■ **WORK TO BE COMPLETED**
Would you please copy each line of the data in which the string "BuildSketch" occurs?

■ **INPUT RECORDS**

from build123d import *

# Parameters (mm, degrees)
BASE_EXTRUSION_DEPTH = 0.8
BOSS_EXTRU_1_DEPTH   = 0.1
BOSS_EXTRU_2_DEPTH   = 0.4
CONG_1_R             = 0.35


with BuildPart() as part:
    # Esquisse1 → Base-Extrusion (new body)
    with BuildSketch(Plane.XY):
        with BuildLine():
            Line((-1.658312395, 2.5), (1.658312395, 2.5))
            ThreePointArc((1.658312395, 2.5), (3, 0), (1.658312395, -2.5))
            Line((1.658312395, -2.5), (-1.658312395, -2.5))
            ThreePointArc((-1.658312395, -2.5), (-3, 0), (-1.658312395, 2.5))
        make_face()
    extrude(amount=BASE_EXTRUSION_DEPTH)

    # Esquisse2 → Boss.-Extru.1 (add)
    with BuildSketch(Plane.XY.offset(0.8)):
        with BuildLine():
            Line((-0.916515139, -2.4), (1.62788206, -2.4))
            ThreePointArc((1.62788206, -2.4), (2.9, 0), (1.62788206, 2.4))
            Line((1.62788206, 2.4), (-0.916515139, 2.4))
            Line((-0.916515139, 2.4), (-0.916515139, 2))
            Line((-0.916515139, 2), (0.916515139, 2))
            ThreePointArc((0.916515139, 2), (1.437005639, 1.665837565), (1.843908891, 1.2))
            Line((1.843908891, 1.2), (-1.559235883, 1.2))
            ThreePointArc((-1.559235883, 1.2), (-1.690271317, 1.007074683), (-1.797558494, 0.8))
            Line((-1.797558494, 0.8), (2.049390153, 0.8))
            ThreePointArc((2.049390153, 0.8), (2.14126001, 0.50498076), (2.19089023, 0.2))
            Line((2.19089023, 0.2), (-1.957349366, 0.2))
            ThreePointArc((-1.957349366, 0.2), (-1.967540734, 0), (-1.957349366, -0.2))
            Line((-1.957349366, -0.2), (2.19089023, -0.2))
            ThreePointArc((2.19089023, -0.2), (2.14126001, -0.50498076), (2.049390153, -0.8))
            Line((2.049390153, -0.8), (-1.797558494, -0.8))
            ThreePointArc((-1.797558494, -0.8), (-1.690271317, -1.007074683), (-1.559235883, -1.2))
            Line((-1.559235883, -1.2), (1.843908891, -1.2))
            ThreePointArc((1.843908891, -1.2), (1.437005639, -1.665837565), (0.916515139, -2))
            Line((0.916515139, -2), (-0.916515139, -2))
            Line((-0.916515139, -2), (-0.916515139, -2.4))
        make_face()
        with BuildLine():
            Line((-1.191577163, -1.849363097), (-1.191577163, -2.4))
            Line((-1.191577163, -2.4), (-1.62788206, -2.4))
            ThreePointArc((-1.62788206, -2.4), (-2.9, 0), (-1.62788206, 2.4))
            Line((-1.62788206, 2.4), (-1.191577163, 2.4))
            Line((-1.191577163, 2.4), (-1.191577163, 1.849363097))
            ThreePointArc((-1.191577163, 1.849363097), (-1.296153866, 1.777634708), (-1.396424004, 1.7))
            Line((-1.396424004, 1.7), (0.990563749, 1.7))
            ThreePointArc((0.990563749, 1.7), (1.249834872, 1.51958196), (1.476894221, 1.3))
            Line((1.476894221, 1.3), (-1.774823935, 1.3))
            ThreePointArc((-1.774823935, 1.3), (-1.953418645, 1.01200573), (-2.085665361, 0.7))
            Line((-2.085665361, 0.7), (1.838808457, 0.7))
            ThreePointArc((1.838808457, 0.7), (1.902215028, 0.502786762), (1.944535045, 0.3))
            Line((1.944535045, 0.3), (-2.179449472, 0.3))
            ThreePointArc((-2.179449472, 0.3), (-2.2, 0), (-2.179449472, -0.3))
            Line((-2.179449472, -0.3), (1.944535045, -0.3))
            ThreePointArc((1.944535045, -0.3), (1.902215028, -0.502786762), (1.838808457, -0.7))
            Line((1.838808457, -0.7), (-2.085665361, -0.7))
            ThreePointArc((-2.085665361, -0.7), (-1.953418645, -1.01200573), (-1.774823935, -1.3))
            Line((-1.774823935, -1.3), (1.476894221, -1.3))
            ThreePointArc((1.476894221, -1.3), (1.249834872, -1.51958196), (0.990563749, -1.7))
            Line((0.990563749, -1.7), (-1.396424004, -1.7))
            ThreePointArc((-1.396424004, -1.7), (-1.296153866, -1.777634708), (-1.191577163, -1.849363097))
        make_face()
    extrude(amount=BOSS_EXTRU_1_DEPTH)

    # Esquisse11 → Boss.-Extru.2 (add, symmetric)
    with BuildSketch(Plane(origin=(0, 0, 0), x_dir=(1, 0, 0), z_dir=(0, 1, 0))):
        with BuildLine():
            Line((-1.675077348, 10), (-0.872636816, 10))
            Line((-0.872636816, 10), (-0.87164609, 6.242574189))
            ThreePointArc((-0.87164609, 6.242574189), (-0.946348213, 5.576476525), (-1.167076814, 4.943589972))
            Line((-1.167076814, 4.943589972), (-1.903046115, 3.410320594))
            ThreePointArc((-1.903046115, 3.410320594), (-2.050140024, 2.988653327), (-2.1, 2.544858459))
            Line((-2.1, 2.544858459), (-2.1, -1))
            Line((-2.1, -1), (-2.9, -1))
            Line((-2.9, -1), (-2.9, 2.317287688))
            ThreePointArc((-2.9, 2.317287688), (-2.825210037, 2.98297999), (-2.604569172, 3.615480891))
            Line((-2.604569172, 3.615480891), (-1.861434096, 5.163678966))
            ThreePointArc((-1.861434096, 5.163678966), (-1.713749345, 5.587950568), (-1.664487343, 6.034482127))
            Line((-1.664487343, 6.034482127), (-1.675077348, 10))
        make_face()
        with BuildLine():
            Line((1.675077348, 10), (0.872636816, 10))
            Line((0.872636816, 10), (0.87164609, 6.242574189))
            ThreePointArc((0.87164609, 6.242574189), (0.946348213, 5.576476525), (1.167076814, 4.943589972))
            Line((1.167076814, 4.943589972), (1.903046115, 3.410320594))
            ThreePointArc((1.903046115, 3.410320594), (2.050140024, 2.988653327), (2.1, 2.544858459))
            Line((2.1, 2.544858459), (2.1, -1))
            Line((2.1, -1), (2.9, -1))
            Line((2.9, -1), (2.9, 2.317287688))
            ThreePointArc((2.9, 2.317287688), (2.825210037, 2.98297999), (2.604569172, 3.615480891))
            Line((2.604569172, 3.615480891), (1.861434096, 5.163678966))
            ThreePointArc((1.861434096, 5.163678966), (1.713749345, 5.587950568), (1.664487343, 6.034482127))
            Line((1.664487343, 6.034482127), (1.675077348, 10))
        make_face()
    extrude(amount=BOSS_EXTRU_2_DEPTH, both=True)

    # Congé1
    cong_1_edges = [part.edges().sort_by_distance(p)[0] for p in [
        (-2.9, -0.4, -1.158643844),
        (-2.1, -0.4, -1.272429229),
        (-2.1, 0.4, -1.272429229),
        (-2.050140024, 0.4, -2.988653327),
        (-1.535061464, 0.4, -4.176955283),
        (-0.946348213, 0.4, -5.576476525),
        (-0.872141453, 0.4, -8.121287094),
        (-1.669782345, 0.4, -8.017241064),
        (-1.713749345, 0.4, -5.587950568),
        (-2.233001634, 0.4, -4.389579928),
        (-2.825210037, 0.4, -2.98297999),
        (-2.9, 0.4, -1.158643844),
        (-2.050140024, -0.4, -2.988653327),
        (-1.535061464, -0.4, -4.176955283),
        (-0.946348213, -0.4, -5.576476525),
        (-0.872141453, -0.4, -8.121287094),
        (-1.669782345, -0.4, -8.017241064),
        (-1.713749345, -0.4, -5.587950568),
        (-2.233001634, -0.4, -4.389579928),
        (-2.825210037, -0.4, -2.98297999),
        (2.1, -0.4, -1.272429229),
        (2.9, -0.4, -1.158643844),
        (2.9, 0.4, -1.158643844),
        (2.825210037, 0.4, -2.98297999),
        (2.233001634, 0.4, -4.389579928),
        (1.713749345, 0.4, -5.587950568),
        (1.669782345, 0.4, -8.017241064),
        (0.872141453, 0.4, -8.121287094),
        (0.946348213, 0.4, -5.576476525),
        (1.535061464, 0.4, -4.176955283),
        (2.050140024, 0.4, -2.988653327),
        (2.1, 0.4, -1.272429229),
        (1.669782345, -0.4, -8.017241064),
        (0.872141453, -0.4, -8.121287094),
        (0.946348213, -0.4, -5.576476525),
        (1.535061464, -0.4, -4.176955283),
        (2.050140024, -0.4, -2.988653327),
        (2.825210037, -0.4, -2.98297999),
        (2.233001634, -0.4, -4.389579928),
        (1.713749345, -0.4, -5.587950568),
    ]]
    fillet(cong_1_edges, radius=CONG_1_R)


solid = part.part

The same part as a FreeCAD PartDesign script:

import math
import FreeCAD as App
import Part
import Sketcher
from FreeCAD import Vector


def edges_at(feature, points):
    """Names of the edges that pass closest to the given points."""
    edges = feature.Shape.Edges
    near = lambda p: min(range(len(edges)), key=lambda i: edges[i].distToShape(Part.Vertex(*p))[0])
    return sorted({f"Edge{near(p) + 1}" for p in points})

doc = App.newDocument("Part")
body = doc.addObject("PartDesign::Body", "Body")

# Sketch on XY plane
sketch1 = body.newObject("Sketcher::SketchObject", "Sketch")
sketch1.AttachmentSupport = (doc.getObject("XY_Plane"), [""])
sketch1.MapMode = "FlatFace"
sketch1.addGeometry([
    Part.LineSegment(Vector(1.7, 2.5, 0), Vector(-1.7, 2.5, 0)),
    Part.ArcOfCircle(Part.Circle(Vector(0, 0, 0), Vector(0, 0, 1), 3), math.radians(124), math.radians(236)),
    Part.LineSegment(Vector(-1.7, -2.5, 0), Vector(1.7, -2.5, 0)),
    Part.ArcOfCircle(Part.Circle(Vector(0, 0, 0), Vector(0, 0, 1), 3), math.radians(-56), math.radians(56)),
], False)
sketch1.addConstraint([
    Sketcher.Constraint("Coincident", 0, 2, 1, 1),
    Sketcher.Constraint("Coincident", 1, 2, 2, 1),
    Sketcher.Constraint("Coincident", 2, 2, 3, 1),
    Sketcher.Constraint("Coincident", 3, 2, 0, 1),
    Sketcher.Constraint("Horizontal", 0),
    Sketcher.Constraint("Horizontal", 2),
    Sketcher.Constraint("Coincident", 1, 3, -1, 1),
    Sketcher.Constraint("Coincident", 3, 3, -1, 1),
    Sketcher.Constraint("Equal", 1, 3),
    Sketcher.Constraint("Vertical", 0, 2, 1, 2),
    Sketcher.Constraint("Radius", 1, 3.0),
    Sketcher.Constraint("DistanceY", 1, 2, 0, 2, 5.0),
])
pad1 = body.newObject("PartDesign::Pad", "Pad")
pad1.Profile = sketch1
pad1.Length = 0.8

# Sketch on XY plane
sketch2 = body.newObject("Sketcher::SketchObject", "Sketch001")
sketch2.AttachmentSupport = (doc.getObject("XY_Plane"), [""])
sketch2.MapMode = "FlatFace"
sketch2.AttachmentOffset = App.Placement(Vector(0, 0, 0.8), App.Rotation())
sketch2.addGeometry([
    Part.LineSegment(Vector(-0.92, -2.4, 0), Vector(1.63, -2.4, 0)),  # 0
    Part.ArcOfCircle(Part.Circle(Vector(0, 0, 0), Vector(0, 0, 1), 2.9), math.radians(-56), math.radians(56)),  # 1
    Part.LineSegment(Vector(1.63, 2.4, 0), Vector(-0.92, 2.4, 0)),  # 2
    Part.LineSegment(Vector(-0.92, 2.4, 0), Vector(-0.92, 2, 0)),  # 3
    Part.LineSegment(Vector(-0.92, 2, 0), Vector(0.92, 2, 0)),  # 4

■ **SOLUTION FOR THIS PROBLEM**
    with BuildSketch(Plane.XY):
    with BuildSketch(Plane.XY.offset(0.8)):
    with BuildSketch(Plane(origin=(0, 0, 0), x_dir=(1, 0, 0), z_dir=(0, 1, 0))):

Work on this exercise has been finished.